-- Opening Marker --

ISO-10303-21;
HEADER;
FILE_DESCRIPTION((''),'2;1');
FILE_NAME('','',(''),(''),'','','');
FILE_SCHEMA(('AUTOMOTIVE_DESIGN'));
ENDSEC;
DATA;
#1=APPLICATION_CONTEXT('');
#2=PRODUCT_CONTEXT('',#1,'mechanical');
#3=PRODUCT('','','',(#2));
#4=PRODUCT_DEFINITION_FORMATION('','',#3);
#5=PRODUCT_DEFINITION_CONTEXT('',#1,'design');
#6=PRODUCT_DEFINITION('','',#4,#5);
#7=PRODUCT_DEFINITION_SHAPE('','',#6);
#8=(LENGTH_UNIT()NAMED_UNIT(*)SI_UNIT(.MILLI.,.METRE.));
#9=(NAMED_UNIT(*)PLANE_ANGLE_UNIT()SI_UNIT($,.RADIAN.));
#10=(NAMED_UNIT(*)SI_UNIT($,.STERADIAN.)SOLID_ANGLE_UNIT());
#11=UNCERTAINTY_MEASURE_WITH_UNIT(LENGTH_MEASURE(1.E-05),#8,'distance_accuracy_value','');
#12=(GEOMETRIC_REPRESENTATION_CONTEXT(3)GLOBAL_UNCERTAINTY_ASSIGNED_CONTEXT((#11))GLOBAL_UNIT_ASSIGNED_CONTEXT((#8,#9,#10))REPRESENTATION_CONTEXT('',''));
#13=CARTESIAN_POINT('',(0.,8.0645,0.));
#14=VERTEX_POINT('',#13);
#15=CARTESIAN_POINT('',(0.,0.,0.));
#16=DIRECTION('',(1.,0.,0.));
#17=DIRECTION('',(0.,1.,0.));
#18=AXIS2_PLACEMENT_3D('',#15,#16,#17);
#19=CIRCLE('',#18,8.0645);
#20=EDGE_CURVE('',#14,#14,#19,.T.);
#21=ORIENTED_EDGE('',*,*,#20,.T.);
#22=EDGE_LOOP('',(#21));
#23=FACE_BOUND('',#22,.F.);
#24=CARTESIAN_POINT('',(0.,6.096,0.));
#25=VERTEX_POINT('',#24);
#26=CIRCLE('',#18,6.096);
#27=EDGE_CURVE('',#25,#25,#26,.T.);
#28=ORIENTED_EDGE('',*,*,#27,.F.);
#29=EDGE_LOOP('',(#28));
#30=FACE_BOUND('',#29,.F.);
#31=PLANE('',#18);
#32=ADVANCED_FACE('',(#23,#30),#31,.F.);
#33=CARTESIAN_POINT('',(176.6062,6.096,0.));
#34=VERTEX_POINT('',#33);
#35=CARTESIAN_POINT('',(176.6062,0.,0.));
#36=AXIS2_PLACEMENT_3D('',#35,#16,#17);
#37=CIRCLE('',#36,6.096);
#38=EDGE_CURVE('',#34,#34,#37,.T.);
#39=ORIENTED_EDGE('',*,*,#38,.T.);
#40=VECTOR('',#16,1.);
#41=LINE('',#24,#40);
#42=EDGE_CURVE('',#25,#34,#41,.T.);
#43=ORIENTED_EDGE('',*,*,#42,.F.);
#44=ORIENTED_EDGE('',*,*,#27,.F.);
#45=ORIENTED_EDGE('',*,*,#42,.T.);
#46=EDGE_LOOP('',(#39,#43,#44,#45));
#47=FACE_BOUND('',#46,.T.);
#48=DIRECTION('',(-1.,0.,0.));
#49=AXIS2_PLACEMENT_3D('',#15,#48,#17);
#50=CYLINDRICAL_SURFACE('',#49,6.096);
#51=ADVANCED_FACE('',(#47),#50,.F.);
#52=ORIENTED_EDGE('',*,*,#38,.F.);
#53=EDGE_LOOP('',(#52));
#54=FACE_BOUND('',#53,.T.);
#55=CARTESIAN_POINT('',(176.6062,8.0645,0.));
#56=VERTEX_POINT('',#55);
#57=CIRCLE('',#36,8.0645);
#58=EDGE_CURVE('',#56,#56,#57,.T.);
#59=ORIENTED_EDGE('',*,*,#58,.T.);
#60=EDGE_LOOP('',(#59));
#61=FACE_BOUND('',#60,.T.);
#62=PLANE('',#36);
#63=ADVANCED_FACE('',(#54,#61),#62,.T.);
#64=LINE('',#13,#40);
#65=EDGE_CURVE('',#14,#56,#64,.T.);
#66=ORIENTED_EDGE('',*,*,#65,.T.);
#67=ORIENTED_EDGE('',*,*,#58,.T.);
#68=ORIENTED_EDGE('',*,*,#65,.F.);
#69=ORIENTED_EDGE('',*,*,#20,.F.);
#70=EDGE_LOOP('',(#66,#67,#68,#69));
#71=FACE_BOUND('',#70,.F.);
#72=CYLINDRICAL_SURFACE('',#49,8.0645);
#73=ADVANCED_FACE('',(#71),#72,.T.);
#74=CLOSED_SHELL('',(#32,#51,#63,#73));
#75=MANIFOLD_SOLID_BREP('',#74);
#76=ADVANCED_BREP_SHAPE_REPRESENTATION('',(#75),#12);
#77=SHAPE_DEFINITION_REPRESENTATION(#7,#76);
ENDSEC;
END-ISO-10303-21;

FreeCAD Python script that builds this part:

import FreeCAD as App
import Part
import Sketcher
Q = App.Units.Quantity

doc = App.newDocument("Part")
body = doc.addObject("PartDesign::Body", "Body")

# Sketch on YZ plane
sketch1 = body.newObject("Sketcher::SketchObject", "Sketch")
sketch1.AttachmentSupport = (doc.getObject("YZ_Plane"), [""])
sketch1.MapMode = "FlatFace"
sketch1.addGeometry([
    Part.Circle(App.Vector(0, 0, 0), App.Vector(0, 0, 1), 8.0645),
    Part.Circle(App.Vector(0, 0, 0), App.Vector(0, 0, 1), 6.096),
], False)
sketch1.addConstraint([
    Sketcher.Constraint("Coincident", 0, 3, -1, 1),
    Sketcher.Constraint("Coincident", 1, 3, -1, 1),
    Sketcher.Constraint("Diameter", 1, Q("0.48 in")),
    Sketcher.Constraint("Diameter", 0, Q("0.635 in")),
])
pad1 = body.newObject("PartDesign::Pad", "Pad")
pad1.Profile = sketch1
pad1.Length = Q("6.953 in")

doc.recompute()
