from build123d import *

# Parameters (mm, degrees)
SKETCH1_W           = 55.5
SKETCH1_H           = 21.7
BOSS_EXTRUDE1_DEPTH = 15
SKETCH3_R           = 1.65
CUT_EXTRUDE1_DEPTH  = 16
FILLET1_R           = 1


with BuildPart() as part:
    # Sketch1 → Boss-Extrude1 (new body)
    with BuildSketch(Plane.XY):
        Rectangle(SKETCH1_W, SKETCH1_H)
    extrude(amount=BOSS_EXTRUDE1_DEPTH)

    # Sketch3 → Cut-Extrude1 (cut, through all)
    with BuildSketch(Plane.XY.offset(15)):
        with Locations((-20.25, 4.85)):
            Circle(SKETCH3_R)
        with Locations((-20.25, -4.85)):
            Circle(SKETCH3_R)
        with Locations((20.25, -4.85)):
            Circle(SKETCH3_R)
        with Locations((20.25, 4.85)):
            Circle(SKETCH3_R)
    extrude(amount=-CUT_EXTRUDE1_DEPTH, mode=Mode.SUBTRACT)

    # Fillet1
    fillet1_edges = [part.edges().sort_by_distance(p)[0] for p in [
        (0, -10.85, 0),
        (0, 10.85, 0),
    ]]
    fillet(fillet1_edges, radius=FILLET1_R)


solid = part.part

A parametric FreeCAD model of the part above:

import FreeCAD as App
import Part
import Sketcher
Q = App.Units.Quantity


def edges_at(feature, points):
    """Names of the edges that pass closest to the given points."""
    edges = feature.Shape.Edges
    near = lambda p: min(range(len(edges)), key=lambda i: edges[i].distToShape(Part.Vertex(*p))[0])
    return sorted({f"Edge{near(p) + 1}" for p in points})

doc = App.newDocument("Part")
params = doc.addObject("Spreadsheet::Sheet", "Params")
for row, (alias, value) in enumerate([
    ("sketch1_width", "55.5 mm"),
    ("sketch1_height", "21.7 mm"),
    ("pad1_length", "15 mm"),
    ("sketch2_diameter", "3.3 mm"),
    ("fillet_radius", "1 mm"),
], start=1):
    params.set(f"A{row}", alias)
    params.set(f"B{row}", "=" + value)
    params.setAlias(f"B{row}", alias)

body = doc.addObject("PartDesign::Body", "Body")

# Sketch on XY plane
sketch1 = body.newObject("Sketcher::SketchObject", "Sketch")
sketch1.AttachmentSupport = (doc.getObject("XY_Plane"), [""])
sketch1.MapMode = "FlatFace"
sketch1.addGeometry([
    Part.LineSegment(App.Vector(-28, 11, 0), App.Vector(-28, -11, 0)),
    Part.LineSegment(App.Vector(-28, -11, 0), App.Vector(28, -11, 0)),
    Part.LineSegment(App.Vector(28, -11, 0), App.Vector(28, 11, 0)),
    Part.LineSegment(App.Vector(28, 11, 0), App.Vector(-28, 11, 0)),
], False)
sketch1.addConstraint([
    Sketcher.Constraint("Coincident", 0, 2, 1, 1),
    Sketcher.Constraint("Coincident", 1, 2, 2, 1),
    Sketcher.Constraint("Coincident", 2, 2, 3, 1),
    Sketcher.Constraint("Coincident", 3, 2, 0, 1),
    Sketcher.Constraint("Vertical", 0),
    Sketcher.Constraint("Horizontal", 1),
    Sketcher.Constraint("Vertical", 2),
    Sketcher.Constraint("Horizontal", 3),
    Sketcher.Constraint("Symmetric", 0, 2, 2, 2, -1, 1),
    Sketcher.Constraint("DistanceX", 1, 1, 1, 2, Q("55.5 mm")),
    Sketcher.Constraint("DistanceY", 0, 2, 0, 1, Q("21.7 mm")),
])
sketch1.setExpression("Constraints[9]", "Params.sketch1_width")
sketch1.setExpression("Constraints[10]", "Params.sketch1_height")
pad1 = body.newObject("PartDesign::Pad", "Pad")
pad1.Profile = sketch1
pad1.setExpression("Length", "Params.pad1_length")

# Sketch on XY plane
sketch2 = body.newObject("Sketcher::SketchObject", "Sketch001")
sketch2.AttachmentSupport = (doc.getObject("XY_Plane"), [""])
sketch2.MapMode = "FlatFace"
sketch2.AttachmentOffset = App.Placement(App.Vector(0, 0, 15), App.Rotation())
sketch2.addGeometry([
    Part.Circle(App.Vector(-20.2, 4.8, 0), App.Vector(0, 0, 1), 1.6),
    Part.Circle(App.Vector(-20.2, -4.8, 0), App.Vector(0, 0, 1), 1.6),
    Part.Circle(App.Vector(20.2, -4.8, 0), App.Vector(0, 0, 1), 1.6),
    Part.Circle(App.Vector(20.2, 4.8, 0), App.Vector(0, 0, 1), 1.6),
], False)
sketch2.addConstraint([
    Sketcher.Constraint("Equal", 0, 1),
    Sketcher.Constraint("Equal", 1, 2),
    Sketcher.Constraint("Equal", 2, 3),
    Sketcher.Constraint("Symmetric", 0, 3, 2, 3, -1, 1),
    Sketcher.Constraint("Symmetric", 1, 3, 3, 3, -1, 1),
    Sketcher.Constraint("Symmetric", 1, 3, 2, 3, -2),
    Sketcher.Constraint("Diameter", 0, Q("3.3 mm")),
    Sketcher.Constraint("DistanceY", 1, 3, 0, 3, Q("9.7 mm")),
    Sketcher.Constraint("DistanceX", 1, 3, 2, 3, Q("40.5 mm")),
])
sketch2.setExpression("Constraints[6]", "Params.sketch2_diameter")
pocket1 = body.newObject("PartDesign::Pocket", "Pocket")
pocket1.Profile = sketch2
pocket1.Type = "ThroughAll"
doc.recompute()

fillet = body.newObject("PartDesign::Fillet", "Fillet")
fillet.Base = (pocket1, edges_at(pocket1, [(0, -10.85, 0), (0, 10.85, 0)]))
fillet.setExpression("Radius", "Params.fillet_radius")

doc.recompute()
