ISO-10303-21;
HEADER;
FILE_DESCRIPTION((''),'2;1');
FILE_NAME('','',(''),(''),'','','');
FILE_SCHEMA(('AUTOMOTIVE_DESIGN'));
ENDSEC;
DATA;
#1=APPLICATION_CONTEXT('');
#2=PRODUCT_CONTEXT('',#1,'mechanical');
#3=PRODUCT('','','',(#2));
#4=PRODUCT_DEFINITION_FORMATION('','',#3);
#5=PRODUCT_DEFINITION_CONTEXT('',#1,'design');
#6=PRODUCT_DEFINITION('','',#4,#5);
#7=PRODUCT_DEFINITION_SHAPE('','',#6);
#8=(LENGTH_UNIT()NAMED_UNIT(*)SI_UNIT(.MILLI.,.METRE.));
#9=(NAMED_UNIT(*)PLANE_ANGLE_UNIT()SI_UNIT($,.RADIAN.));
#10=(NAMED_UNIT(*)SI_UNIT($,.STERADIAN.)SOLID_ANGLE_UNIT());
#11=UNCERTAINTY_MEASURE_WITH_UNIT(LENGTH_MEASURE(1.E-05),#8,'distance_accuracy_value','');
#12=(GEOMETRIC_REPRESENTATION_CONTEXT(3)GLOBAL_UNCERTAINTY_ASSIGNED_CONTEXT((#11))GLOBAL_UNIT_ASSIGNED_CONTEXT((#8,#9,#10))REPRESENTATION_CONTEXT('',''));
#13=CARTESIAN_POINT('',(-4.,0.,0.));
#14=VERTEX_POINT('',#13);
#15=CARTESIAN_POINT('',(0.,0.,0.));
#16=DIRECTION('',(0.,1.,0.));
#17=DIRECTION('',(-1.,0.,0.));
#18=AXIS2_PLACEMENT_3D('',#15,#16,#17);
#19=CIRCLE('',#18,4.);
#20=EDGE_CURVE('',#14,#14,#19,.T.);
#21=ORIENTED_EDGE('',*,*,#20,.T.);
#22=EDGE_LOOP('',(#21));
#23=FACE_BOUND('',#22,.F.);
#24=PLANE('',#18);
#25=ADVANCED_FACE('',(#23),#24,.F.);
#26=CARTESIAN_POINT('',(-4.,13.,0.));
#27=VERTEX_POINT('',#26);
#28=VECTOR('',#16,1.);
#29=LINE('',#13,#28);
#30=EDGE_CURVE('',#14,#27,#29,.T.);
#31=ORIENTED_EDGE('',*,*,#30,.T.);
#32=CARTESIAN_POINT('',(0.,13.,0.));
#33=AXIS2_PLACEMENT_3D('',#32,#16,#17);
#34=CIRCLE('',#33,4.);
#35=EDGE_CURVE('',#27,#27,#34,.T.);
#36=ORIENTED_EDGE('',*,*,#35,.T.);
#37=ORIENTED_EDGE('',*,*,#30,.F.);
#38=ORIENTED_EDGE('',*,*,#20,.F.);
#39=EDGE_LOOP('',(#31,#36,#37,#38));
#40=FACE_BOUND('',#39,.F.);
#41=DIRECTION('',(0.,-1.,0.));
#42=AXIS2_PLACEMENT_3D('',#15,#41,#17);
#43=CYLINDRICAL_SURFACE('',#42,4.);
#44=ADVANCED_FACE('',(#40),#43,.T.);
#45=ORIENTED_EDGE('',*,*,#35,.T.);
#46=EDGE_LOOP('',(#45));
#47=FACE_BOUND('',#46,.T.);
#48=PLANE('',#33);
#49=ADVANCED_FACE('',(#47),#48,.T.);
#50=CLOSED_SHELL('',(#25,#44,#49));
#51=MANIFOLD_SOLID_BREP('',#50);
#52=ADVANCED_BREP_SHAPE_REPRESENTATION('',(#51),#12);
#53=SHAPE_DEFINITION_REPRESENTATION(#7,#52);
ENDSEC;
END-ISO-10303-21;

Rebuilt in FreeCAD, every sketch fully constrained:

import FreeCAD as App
import Part
import Sketcher

V = App.Vector
Q = App.Units.Quantity

doc = App.newDocument("Part")
body = doc.addObject("PartDesign::Body", "Body")

sketch1 = doc.addObject("Sketcher::SketchObject", "Sketch")
body.addObject(sketch1)
sketch1.AttachmentSupport = (doc.XZ_Plane, [""])
sketch1.MapMode = "FlatFace"
sketch1.addGeometry(Part.Circle(V(0, 0, 0), V(0, 0, 1), 4), False)
sketch1.addConstraint(Sketcher.Constraint("Coincident", 0, 3, -1, 1))
sketch1.addConstraint(Sketcher.Constraint("Diameter", 0, Q("8 mm")))
pad1 = doc.addObject("PartDesign::Pad", "Pad")
body.addObject(pad1)
pad1.Profile = sketch1
pad1.Length = 13
pad1.Reversed = True

doc.recompute()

-- Closing Marker --

WHAT YOU SHOULD DO:
Look back at the data above. Transcribe exactly the lines starting at the line that contains "fillet1_edges = [part.edges().sort_by_distance(p)[0]" and ending at the line that contains "A parametric FreeCAD".

WORKED SOLUTION:
    fillet1_edges = [part.edges().sort_by_distance(p)[0] for p in [
        (0, -10.85, 0),
        (0, 10.85, 0),
    ]]
    fillet(fillet1_edges, radius=FILLET1_R)


solid = part.part

A parametric FreeCAD model of the part above:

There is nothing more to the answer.